- [Your instructions]
Copy every line of the following data that includes the string "circle".

[[ Records supplied, beginning ]]

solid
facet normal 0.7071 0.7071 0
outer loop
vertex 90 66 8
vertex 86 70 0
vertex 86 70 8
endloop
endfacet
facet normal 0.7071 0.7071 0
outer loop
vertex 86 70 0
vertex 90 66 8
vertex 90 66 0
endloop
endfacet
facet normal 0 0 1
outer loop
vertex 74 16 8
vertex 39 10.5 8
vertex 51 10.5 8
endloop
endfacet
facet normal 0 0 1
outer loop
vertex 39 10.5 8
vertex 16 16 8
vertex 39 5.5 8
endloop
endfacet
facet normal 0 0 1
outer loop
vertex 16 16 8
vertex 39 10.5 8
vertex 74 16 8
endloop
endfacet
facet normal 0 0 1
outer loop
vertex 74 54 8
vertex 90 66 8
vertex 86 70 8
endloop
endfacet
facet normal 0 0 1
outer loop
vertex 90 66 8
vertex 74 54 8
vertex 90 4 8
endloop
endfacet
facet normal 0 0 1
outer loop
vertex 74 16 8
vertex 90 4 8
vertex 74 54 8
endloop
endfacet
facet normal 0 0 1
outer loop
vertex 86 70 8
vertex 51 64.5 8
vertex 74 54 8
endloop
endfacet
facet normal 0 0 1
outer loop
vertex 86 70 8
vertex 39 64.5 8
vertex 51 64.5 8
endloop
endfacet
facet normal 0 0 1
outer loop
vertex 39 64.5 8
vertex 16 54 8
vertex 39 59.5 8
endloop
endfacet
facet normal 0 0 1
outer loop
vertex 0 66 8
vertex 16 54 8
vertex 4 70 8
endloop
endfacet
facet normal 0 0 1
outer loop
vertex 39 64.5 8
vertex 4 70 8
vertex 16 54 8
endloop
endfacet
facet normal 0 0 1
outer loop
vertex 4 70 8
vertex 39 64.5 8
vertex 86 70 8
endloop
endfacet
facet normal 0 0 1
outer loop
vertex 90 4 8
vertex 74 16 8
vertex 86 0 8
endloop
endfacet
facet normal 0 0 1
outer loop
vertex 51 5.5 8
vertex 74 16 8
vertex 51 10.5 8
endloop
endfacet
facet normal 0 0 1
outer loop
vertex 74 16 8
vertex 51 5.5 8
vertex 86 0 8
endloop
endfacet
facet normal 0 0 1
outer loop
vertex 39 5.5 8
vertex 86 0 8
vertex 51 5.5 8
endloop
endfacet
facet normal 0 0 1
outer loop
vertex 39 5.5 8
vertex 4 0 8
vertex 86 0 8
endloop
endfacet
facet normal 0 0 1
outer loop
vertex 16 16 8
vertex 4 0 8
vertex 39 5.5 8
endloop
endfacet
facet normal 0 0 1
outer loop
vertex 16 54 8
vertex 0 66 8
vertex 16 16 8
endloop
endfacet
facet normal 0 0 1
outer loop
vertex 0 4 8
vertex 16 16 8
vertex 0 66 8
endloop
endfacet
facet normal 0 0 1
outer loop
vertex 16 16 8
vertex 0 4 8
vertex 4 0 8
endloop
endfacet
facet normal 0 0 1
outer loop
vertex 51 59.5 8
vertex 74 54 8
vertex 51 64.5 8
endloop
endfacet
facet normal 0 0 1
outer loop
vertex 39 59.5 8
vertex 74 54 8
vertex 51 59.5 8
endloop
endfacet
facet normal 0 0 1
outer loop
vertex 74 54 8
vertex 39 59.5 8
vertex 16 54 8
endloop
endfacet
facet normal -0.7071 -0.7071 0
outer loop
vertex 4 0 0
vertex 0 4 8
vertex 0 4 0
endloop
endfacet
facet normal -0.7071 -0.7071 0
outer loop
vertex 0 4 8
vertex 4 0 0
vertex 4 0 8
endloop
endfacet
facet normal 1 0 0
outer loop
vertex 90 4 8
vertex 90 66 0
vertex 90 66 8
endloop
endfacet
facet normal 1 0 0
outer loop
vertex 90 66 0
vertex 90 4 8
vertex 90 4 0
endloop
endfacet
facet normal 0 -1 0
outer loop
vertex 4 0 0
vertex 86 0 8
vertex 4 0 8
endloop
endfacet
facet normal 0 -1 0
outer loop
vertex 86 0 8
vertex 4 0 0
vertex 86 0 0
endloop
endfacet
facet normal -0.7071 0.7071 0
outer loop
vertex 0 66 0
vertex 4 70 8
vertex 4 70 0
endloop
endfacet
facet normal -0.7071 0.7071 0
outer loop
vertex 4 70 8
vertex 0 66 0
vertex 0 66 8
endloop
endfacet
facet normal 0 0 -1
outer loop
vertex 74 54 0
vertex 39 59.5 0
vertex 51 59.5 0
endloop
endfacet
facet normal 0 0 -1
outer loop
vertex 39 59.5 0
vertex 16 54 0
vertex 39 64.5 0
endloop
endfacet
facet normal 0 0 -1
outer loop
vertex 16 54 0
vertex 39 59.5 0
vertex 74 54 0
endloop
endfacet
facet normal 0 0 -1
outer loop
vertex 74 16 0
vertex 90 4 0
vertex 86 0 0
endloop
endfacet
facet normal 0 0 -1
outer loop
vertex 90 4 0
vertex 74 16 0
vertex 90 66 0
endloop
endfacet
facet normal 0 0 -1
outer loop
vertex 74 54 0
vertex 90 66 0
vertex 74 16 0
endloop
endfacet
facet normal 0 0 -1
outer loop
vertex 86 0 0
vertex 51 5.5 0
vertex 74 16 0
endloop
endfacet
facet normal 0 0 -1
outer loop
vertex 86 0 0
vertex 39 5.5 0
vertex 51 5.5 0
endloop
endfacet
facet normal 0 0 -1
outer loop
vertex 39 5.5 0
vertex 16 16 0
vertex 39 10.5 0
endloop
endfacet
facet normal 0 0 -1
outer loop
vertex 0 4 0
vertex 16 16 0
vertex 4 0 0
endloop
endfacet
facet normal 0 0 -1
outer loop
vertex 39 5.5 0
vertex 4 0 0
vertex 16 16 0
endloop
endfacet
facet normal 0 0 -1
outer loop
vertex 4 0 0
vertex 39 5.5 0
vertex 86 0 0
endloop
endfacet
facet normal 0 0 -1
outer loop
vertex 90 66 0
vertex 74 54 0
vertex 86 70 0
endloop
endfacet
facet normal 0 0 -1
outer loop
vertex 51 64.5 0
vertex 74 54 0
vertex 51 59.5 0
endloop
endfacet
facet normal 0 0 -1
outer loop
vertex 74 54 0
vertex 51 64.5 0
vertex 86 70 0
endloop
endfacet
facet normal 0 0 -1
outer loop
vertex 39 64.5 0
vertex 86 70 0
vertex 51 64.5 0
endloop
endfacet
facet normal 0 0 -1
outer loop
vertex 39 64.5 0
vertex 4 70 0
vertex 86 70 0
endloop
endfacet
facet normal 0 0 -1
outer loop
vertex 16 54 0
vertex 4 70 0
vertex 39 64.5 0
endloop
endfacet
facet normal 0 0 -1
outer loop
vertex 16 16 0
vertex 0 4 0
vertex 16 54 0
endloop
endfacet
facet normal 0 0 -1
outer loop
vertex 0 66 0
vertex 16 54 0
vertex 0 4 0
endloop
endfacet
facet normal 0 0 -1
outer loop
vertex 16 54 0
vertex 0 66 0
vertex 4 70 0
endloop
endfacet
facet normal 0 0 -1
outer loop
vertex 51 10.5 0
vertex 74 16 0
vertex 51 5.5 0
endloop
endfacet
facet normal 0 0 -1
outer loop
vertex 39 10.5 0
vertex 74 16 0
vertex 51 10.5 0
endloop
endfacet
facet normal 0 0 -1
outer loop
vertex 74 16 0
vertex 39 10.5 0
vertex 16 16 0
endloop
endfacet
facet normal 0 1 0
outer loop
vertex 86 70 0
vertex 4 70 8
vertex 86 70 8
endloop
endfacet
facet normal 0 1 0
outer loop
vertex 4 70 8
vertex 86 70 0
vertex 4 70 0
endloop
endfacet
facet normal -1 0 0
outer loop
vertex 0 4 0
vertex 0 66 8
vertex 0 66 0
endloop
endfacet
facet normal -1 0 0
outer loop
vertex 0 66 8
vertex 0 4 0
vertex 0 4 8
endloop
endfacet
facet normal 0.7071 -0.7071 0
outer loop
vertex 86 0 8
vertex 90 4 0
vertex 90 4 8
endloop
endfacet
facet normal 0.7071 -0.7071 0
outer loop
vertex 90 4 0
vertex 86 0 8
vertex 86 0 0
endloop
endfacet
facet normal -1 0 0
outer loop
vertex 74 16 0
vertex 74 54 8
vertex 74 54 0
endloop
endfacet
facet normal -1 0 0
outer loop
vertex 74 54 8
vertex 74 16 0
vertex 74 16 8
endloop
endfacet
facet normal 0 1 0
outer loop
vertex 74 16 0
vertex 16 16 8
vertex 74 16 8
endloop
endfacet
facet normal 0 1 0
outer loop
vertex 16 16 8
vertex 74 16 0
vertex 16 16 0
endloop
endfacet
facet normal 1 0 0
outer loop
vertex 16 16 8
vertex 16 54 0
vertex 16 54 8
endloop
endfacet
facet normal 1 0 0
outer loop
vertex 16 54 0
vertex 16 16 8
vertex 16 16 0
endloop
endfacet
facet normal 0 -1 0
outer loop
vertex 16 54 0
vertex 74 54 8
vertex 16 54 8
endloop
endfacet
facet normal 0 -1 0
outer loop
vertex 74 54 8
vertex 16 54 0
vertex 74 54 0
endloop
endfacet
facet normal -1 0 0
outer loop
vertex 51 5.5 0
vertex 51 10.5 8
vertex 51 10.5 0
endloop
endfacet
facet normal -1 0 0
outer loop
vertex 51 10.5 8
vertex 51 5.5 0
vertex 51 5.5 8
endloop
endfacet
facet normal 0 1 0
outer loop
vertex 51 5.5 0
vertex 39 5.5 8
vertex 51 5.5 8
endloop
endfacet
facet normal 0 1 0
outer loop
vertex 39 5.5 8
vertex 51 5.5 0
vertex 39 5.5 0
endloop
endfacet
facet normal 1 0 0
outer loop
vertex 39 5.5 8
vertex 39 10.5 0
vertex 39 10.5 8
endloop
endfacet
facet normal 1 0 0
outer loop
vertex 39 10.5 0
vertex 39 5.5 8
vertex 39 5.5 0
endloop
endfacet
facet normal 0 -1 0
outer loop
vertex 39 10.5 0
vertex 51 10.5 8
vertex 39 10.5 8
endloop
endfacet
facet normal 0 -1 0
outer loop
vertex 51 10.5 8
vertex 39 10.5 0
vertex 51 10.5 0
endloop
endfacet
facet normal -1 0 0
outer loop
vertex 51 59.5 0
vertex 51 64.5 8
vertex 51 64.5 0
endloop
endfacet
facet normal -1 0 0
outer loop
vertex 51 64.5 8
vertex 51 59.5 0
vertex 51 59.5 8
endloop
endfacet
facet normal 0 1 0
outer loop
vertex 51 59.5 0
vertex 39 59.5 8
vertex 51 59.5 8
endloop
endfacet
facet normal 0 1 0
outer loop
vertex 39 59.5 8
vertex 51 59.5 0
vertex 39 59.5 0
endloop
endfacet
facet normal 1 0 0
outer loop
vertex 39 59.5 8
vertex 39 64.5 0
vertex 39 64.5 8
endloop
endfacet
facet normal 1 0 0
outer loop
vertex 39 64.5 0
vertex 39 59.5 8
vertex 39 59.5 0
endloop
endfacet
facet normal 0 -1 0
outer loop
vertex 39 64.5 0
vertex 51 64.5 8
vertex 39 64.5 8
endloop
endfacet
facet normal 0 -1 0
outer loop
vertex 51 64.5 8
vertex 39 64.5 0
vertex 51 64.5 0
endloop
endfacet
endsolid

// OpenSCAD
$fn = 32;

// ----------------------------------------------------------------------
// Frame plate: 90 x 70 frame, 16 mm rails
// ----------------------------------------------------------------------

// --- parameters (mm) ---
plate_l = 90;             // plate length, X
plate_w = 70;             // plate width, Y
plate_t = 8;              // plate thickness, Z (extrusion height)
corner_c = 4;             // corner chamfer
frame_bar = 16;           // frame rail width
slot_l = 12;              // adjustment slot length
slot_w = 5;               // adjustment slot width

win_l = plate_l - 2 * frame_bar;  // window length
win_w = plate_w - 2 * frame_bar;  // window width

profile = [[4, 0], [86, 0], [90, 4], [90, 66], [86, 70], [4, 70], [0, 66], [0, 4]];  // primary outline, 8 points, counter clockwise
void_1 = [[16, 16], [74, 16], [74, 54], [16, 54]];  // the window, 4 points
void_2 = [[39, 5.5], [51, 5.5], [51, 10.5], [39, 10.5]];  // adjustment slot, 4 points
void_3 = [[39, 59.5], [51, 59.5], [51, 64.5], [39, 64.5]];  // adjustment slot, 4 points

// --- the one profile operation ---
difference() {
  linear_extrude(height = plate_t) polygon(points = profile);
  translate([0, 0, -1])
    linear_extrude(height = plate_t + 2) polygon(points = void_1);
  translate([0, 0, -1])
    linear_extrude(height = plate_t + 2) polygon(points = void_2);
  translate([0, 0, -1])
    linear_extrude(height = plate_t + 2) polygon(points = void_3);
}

[[ Records supplied, end ]]
[[ Records supplied, beginning ]]

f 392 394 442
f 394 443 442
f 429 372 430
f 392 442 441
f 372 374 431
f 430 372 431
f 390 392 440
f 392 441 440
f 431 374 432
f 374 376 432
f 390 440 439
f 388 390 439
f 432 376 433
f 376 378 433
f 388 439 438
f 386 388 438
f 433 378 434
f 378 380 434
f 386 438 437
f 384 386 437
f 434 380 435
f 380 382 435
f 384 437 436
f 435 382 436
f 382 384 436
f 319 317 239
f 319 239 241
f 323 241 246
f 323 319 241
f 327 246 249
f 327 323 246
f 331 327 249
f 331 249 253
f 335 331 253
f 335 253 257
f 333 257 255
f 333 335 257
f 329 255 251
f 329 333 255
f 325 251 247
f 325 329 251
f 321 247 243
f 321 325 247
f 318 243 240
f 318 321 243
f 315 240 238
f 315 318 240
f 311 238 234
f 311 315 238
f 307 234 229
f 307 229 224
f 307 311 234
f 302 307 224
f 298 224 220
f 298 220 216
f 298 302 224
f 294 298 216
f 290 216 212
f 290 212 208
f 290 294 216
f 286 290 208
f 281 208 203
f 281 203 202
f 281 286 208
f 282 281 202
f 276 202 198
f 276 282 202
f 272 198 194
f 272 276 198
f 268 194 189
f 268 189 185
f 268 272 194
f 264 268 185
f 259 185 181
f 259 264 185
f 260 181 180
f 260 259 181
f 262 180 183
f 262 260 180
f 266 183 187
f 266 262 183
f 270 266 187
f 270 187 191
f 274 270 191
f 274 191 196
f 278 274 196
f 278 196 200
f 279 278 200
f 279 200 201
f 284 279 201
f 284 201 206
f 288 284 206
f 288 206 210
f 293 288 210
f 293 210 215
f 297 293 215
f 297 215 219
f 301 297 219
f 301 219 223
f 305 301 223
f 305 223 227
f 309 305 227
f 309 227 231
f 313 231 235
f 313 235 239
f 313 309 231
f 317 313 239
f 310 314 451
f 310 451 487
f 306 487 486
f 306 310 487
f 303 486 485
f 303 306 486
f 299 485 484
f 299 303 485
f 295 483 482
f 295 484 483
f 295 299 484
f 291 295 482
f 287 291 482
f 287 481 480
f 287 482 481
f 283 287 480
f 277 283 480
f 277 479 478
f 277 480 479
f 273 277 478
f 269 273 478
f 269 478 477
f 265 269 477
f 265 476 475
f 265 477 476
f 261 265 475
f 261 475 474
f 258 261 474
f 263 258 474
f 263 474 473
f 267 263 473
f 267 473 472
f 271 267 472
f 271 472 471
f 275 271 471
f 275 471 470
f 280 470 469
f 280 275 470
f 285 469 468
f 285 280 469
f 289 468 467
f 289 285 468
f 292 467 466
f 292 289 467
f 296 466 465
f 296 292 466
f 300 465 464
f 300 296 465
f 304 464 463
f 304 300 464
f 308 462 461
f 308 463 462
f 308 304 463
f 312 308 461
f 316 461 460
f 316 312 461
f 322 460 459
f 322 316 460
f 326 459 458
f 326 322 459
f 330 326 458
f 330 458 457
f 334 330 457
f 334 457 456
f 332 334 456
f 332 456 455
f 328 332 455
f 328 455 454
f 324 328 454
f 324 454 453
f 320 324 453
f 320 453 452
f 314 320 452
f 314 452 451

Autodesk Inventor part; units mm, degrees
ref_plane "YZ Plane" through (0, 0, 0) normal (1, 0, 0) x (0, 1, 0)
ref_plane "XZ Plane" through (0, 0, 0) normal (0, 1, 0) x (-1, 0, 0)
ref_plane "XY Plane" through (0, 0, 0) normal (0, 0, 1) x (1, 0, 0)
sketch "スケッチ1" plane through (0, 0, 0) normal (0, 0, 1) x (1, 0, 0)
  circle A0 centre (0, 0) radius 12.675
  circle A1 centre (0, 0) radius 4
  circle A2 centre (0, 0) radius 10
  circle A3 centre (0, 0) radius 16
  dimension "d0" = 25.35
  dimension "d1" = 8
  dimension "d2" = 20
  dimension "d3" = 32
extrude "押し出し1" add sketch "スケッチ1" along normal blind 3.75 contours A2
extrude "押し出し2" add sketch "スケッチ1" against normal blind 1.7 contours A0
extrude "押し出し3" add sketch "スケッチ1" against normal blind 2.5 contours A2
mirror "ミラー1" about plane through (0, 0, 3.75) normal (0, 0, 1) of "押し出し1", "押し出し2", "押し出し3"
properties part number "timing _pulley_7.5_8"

[[ Records supplied, end ]]

- [Final answer]
  circle A0 centre (0, 0) radius 12.675
  circle A1 centre (0, 0) radius 4
  circle A2 centre (0, 0) radius 10
  circle A3 centre (0, 0) radius 16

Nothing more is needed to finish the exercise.